Saved entries

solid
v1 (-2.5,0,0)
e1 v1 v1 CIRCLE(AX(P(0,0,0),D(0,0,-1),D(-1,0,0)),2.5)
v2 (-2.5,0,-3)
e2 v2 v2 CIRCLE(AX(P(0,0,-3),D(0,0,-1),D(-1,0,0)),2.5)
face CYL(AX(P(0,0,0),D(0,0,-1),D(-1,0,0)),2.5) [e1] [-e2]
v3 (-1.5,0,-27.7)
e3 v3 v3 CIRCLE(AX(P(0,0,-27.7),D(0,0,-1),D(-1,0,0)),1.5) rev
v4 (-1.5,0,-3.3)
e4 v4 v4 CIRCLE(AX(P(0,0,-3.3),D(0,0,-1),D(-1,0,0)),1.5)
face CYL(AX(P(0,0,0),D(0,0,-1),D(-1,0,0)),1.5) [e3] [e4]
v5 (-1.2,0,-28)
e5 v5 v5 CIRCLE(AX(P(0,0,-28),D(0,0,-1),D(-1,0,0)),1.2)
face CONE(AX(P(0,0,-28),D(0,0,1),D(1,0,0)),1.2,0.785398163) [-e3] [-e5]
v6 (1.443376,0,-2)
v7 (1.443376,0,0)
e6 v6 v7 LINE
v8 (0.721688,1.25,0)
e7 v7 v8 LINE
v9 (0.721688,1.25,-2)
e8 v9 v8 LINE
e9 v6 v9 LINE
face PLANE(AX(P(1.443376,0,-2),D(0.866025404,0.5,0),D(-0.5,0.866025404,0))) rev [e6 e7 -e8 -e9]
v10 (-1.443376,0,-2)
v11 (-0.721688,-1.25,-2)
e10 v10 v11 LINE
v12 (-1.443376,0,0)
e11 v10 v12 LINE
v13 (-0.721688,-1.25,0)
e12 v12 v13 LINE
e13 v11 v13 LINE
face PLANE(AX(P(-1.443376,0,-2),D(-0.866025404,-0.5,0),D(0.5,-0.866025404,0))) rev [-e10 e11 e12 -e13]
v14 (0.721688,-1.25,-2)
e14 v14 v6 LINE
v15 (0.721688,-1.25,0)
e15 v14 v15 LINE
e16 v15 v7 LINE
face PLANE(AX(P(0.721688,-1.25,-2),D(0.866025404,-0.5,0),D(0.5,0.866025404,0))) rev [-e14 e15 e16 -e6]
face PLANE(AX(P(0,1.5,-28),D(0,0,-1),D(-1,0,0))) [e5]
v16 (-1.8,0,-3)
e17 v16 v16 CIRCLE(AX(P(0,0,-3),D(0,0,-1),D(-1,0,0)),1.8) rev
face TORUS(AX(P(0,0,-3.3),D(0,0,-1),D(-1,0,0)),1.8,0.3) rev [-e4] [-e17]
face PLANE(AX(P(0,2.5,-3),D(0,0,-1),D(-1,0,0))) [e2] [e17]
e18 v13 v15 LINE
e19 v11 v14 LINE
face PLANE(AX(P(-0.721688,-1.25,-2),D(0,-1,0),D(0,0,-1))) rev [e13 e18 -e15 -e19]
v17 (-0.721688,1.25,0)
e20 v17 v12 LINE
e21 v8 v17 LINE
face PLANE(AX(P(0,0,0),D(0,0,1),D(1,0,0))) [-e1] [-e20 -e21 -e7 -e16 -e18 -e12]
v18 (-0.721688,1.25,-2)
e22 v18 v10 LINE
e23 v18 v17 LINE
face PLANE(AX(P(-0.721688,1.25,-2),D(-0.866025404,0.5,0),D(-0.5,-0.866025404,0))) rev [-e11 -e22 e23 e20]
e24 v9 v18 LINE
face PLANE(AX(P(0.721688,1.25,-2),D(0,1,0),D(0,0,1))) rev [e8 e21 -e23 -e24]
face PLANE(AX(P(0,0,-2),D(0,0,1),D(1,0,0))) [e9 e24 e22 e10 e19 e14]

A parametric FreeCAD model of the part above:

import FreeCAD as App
import Part
import Sketcher
Q = App.Units.Quantity


def edges_at(feature, points):
    """Names of the edges that pass closest to the given points."""
    edges = feature.Shape.Edges
    near = lambda p: min(range(len(edges)), key=lambda i: edges[i].distToShape(Part.Vertex(*p))[0])
    return sorted({f"Edge{near(p) + 1}" for p in points})

doc = App.newDocument("Part")
params = doc.addObject("Spreadsheet::Sheet", "Params")
for row, (alias, value) in enumerate([
    ("sketch1_width", "1 mm"),
    ("sketch1_height", "28 mm"),
    ("sketch1_height2", "25 mm"),
    ("sketch1_width2", "2.5 mm"),
    ("revolution_angle", "360 deg"),
    ("pocket1_length", "2 mm"),
    ("fillet_radius", "0.3 mm"),
    ("chamfer_size", "0.3 mm"),
], start=1):
    params.set(f"A{row}", alias)
    params.set(f"B{row}", "=" + value)
    params.setAlias(f"B{row}", alias)

body = doc.addObject("PartDesign::Body", "Body")

sketch1 = doc.addObject("Sketcher::SketchObject", "Sketch")
body.addObject(sketch1)
sketch1.AttachmentSupport = (doc.YZ_Plane, [""])
sketch1.MapMode = "FlatFace"
sketch1.addGeometry([
    Part.LineSegment(App.Vector(2.5, 0, 0), App.Vector(0, 0, 0)),
    Part.LineSegment(App.Vector(0, 0, 0), App.Vector(0, -28, 0)),
    Part.LineSegment(App.Vector(0, -28, 0), App.Vector(1.5, -28, 0)),
    Part.LineSegment(App.Vector(1.5, -28, 0), App.Vector(1.5, -3, 0)),
    Part.LineSegment(App.Vector(1.5, -3, 0), App.Vector(2.5, -3, 0)),
    Part.LineSegment(App.Vector(2.5, -3, 0), App.Vector(2.5, 0, 0)),
], False)
sketch1.addConstraint([
    Sketcher.Constraint("Coincident", 0, 2, 1, 1),
    Sketcher.Constraint("Coincident", 1, 2, 2, 1),
    Sketcher.Constraint("Coincident", 2, 2, 3, 1),
    Sketcher.Constraint("Coincident", 3, 2, 4, 1),
    Sketcher.Constraint("Coincident", 4, 2, 5, 1),
    Sketcher.Constraint("Coincident", 5, 2, 0, 1),
    Sketcher.Constraint("Horizontal", 0),
    Sketcher.Constraint("Vertical", 1),
    Sketcher.Constraint("Horizontal", 2),
    Sketcher.Constraint("Vertical", 3),
    Sketcher.Constraint("Horizontal", 4),
    Sketcher.Constraint("Vertical", 5),
    Sketcher.Constraint("Coincident", 0, 2, -1, 1),
    Sketcher.Constraint("DistanceX", 4, 1, 4, 2, Q("1 mm")),
    Sketcher.Constraint("DistanceY", 1, 2, 1, 1, Q("28 mm")),
    Sketcher.Constraint("DistanceY", 3, 1, 3, 2, Q("25 mm")),
    Sketcher.Constraint("DistanceX", 0, 2, 0, 1, Q("2.5 mm")),
])
sketch1.setExpression("Constraints[13]", "Params.sketch1_width")
sketch1.setExpression("Constraints[14]", "Params.sketch1_height")
sketch1.setExpression("Constraints[15]", "Params.sketch1_height2")
sketch1.setExpression("Constraints[16]", "Params.sketch1_width2")
revolution = doc.addObject("PartDesign::Revolution", "Revolution")
body.addObject(revolution)
revolution.Profile = sketch1
revolution.ReferenceAxis = (sketch1, ["V_Axis"])
revolution.setExpression("Angle", "Params.revolution_angle")

sketch2 = doc.addObject("Sketcher::SketchObject", "Sketch001")
body.addObject(sketch2)
sketch2.AttachmentSupport = (doc.XY_Plane, [""])
sketch2.MapMode = "FlatFace"
sketch2.addGeometry([
    Part.LineSegment(App.Vector(1.443376, 0, 0), App.Vector(0.721688, 1.25, 0)),
    Part.LineSegment(App.Vector(0.721688, 1.25, 0), App.Vector(-0.721688, 1.25, 0)),
    Part.LineSegment(App.Vector(-0.721688, 1.25, 0), App.Vector(-1.443376, 0, 0)),
    Part.LineSegment(App.Vector(-1.443376, 0, 0), App.Vector(-0.721688, -1.25, 0)),
    Part.LineSegment(App.Vector(-0.721688, -1.25, 0), App.Vector(0.721688, -1.25, 0)),
    Part.LineSegment(App.Vector(0.721688, -1.25, 0), App.Vector(1.443376, 0, 0)),
], False)
sketch2.addConstraint([
    Sketcher.Constraint("Coincident", 0, 2, 1, 1),
    Sketcher.Constraint("Coincident", 1, 2, 2, 1),
    Sketcher.Constraint("Coincident", 2, 2, 3, 1),
    Sketcher.Constraint("Coincident", 3, 2, 4, 1),
    Sketcher.Constraint("Coincident", 4, 2, 5, 1),
    Sketcher.Constraint("Coincident", 5, 2, 0, 1),
    Sketcher.Constraint("Horizontal", 1),
    Sketcher.Constraint("Horizontal", 4),
    Sketcher.Constraint("Symmetric", 0, 2, 3, 2, -1, 1),
    Sketcher.Constraint("Symmetric", 2, 2, 5, 2, -1, 1),
    Sketcher.Constraint("PointOnObject", 2, 2, -1),
    Sketcher.Constraint("Parallel", 2, 5),
    Sketcher.Constraint("Vertical", 1, 2, 3, 2),
    Sketcher.Constraint("Angle", 0, Q("120 deg")),
    Sketcher.Constraint("DistanceY", 3, 2, 1, 2, Q("2.5 mm")),
    Sketcher.Constraint("DistanceX", 1, 2, 1, 1, Q("1.443376 mm")),
])
pocket1 = doc.addObject("PartDesign::Pocket", "Pocket")
body.addObject(pocket1)
pocket1.Profile = sketch2
pocket1.setExpression("Length", "Params.pocket1_length")
doc.recompute()

fillet = doc.addObject("PartDesign::Fillet", "Fillet")
body.addObject(fillet)
fillet.Base = (pocket1, edges_at(pocket1, [(0, -1.5, -3)]))
fillet.setExpression("Radius", "Params.fillet_radius")
doc.recompute()

chamfer = doc.addObject("PartDesign::Chamfer", "Chamfer")
body.addObject(chamfer)
chamfer.Base = (fillet, edges_at(fillet, [(0, -1.5, -28)]))
chamfer.setExpression("Size", "Params.chamfer_size")

doc.recompute()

§ **WHAT THE EXERCISE ASKS**:
In the records above, find the line with "e14 v14 v6 LINE"; write out exactly that line and each one after it, stopping after the line with "e24 v9 v18 LINE".

§ **SOLVED EXERCISE**:
e14 v14 v6 LINE
v15 (0.721688,-1.25,0)
e15 v14 v15 LINE
e16 v15 v7 LINE
face PLANE(AX(P(0.721688,-1.25,-2),D(0.866025404,-0.5,0),D(0.5,0.866025404,0))) rev [-e14 e15 e16 -e6]
face PLANE(AX(P(0,1.5,-28),D(0,0,-1),D(-1,0,0))) [e5]
v16 (-1.8,0,-3)
e17 v16 v16 CIRCLE(AX(P(0,0,-3),D(0,0,-1),D(-1,0,0)),1.8) rev
face TORUS(AX(P(0,0,-3.3),D(0,0,-1),D(-1,0,0)),1.8,0.3) rev [-e4] [-e17]
face PLANE(AX(P(0,2.5,-3),D(0,0,-1),D(-1,0,0))) [e2] [e17]
e18 v13 v15 LINE
e19 v11 v14 LINE
face PLANE(AX(P(-0.721688,-1.25,-2),D(0,-1,0),D(0,0,-1))) rev [e13 e18 -e15 -e19]
v17 (-0.721688,1.25,0)
e20 v17 v12 LINE
e21 v8 v17 LINE
face PLANE(AX(P(0,0,0),D(0,0,1),D(1,0,0))) [-e1] [-e20 -e21 -e7 -e16 -e18 -e12]
v18 (-0.721688,1.25,-2)
e22 v18 v10 LINE
e23 v18 v17 LINE
face PLANE(AX(P(-0.721688,1.25,-2),D(-0.866025404,0.5,0),D(-0.5,-0.866025404,0))) rev [-e11 -e22 e23 e20]
e24 v9 v18 LINE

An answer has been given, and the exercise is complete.